[Saved data entries]
- Opening Delimiter -

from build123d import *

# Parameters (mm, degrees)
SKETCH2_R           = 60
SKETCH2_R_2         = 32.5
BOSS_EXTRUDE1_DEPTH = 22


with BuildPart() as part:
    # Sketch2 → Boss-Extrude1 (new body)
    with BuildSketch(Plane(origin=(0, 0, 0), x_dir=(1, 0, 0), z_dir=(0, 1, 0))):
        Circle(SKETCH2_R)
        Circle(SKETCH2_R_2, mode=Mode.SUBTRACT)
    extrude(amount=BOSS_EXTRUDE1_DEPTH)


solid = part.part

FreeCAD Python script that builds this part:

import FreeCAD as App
import Part
import Sketcher

V = App.Vector

doc = App.newDocument("Part")
body = doc.addObject("PartDesign::Body", "Body")

# Sketch on XZ plane
sketch1 = body.newObject("Sketcher::SketchObject", "Sketch")
sketch1.AttachmentSupport = (doc.getObject("XZ_Plane"), [""])
sketch1.MapMode = "FlatFace"
sketch1.addGeometry(Part.Circle(V(0, 0, 0), V(0, 0, 1), 60), False)
sketch1.addGeometry(Part.Circle(V(0, 0, 0), V(0, 0, 1), 32), False)
sketch1.addConstraint(Sketcher.Constraint("Coincident", 0, 3, -1, 1))
sketch1.addConstraint(Sketcher.Constraint("Coincident", 1, 3, -1, 1))
sketch1.addConstraint(Sketcher.Constraint("Diameter", 0, 120.0))
sketch1.addConstraint(Sketcher.Constraint("Diameter", 1, 65.0))
pad1 = body.newObject("PartDesign::Pad", "Pad")
pad1.Profile = sketch1
pad1.Length = 22
pad1.Reversed = True

doc.recompute()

- Closing Delimiter -

* [Work to be completed]
Restate the data above word for word, omitting nothing.

* [Exercise solution]
from build123d import *

# Parameters (mm, degrees)
SKETCH2_R           = 60
SKETCH2_R_2         = 32.5
BOSS_EXTRUDE1_DEPTH = 22


with BuildPart() as part:
    # Sketch2 → Boss-Extrude1 (new body)
    with BuildSketch(Plane(origin=(0, 0, 0), x_dir=(1, 0, 0), z_dir=(0, 1, 0))):
        Circle(SKETCH2_R)
        Circle(SKETCH2_R_2, mode=Mode.SUBTRACT)
    extrude(amount=BOSS_EXTRUDE1_DEPTH)


solid = part.part

FreeCAD Python script that builds this part:

import FreeCAD as App
import Part
import Sketcher

V = App.Vector

doc = App.newDocument("Part")
body = doc.addObject("PartDesign::Body", "Body")

# Sketch on XZ plane
sketch1 = body.newObject("Sketcher::SketchObject", "Sketch")
sketch1.AttachmentSupport = (doc.getObject("XZ_Plane"), [""])
sketch1.MapMode = "FlatFace"
sketch1.addGeometry(Part.Circle(V(0, 0, 0), V(0, 0, 1), 60), False)
sketch1.addGeometry(Part.Circle(V(0, 0, 0), V(0, 0, 1), 32), False)
sketch1.addConstraint(Sketcher.Constraint("Coincident", 0, 3, -1, 1))
sketch1.addConstraint(Sketcher.Constraint("Coincident", 1, 3, -1, 1))
sketch1.addConstraint(Sketcher.Constraint("Diameter", 0, 120.0))
sketch1.addConstraint(Sketcher.Constraint("Diameter", 1, 65.0))
pad1 = body.newObject("PartDesign::Pad", "Pad")
pad1.Profile = sketch1
pad1.Length = 22
pad1.Reversed = True

doc.recompute()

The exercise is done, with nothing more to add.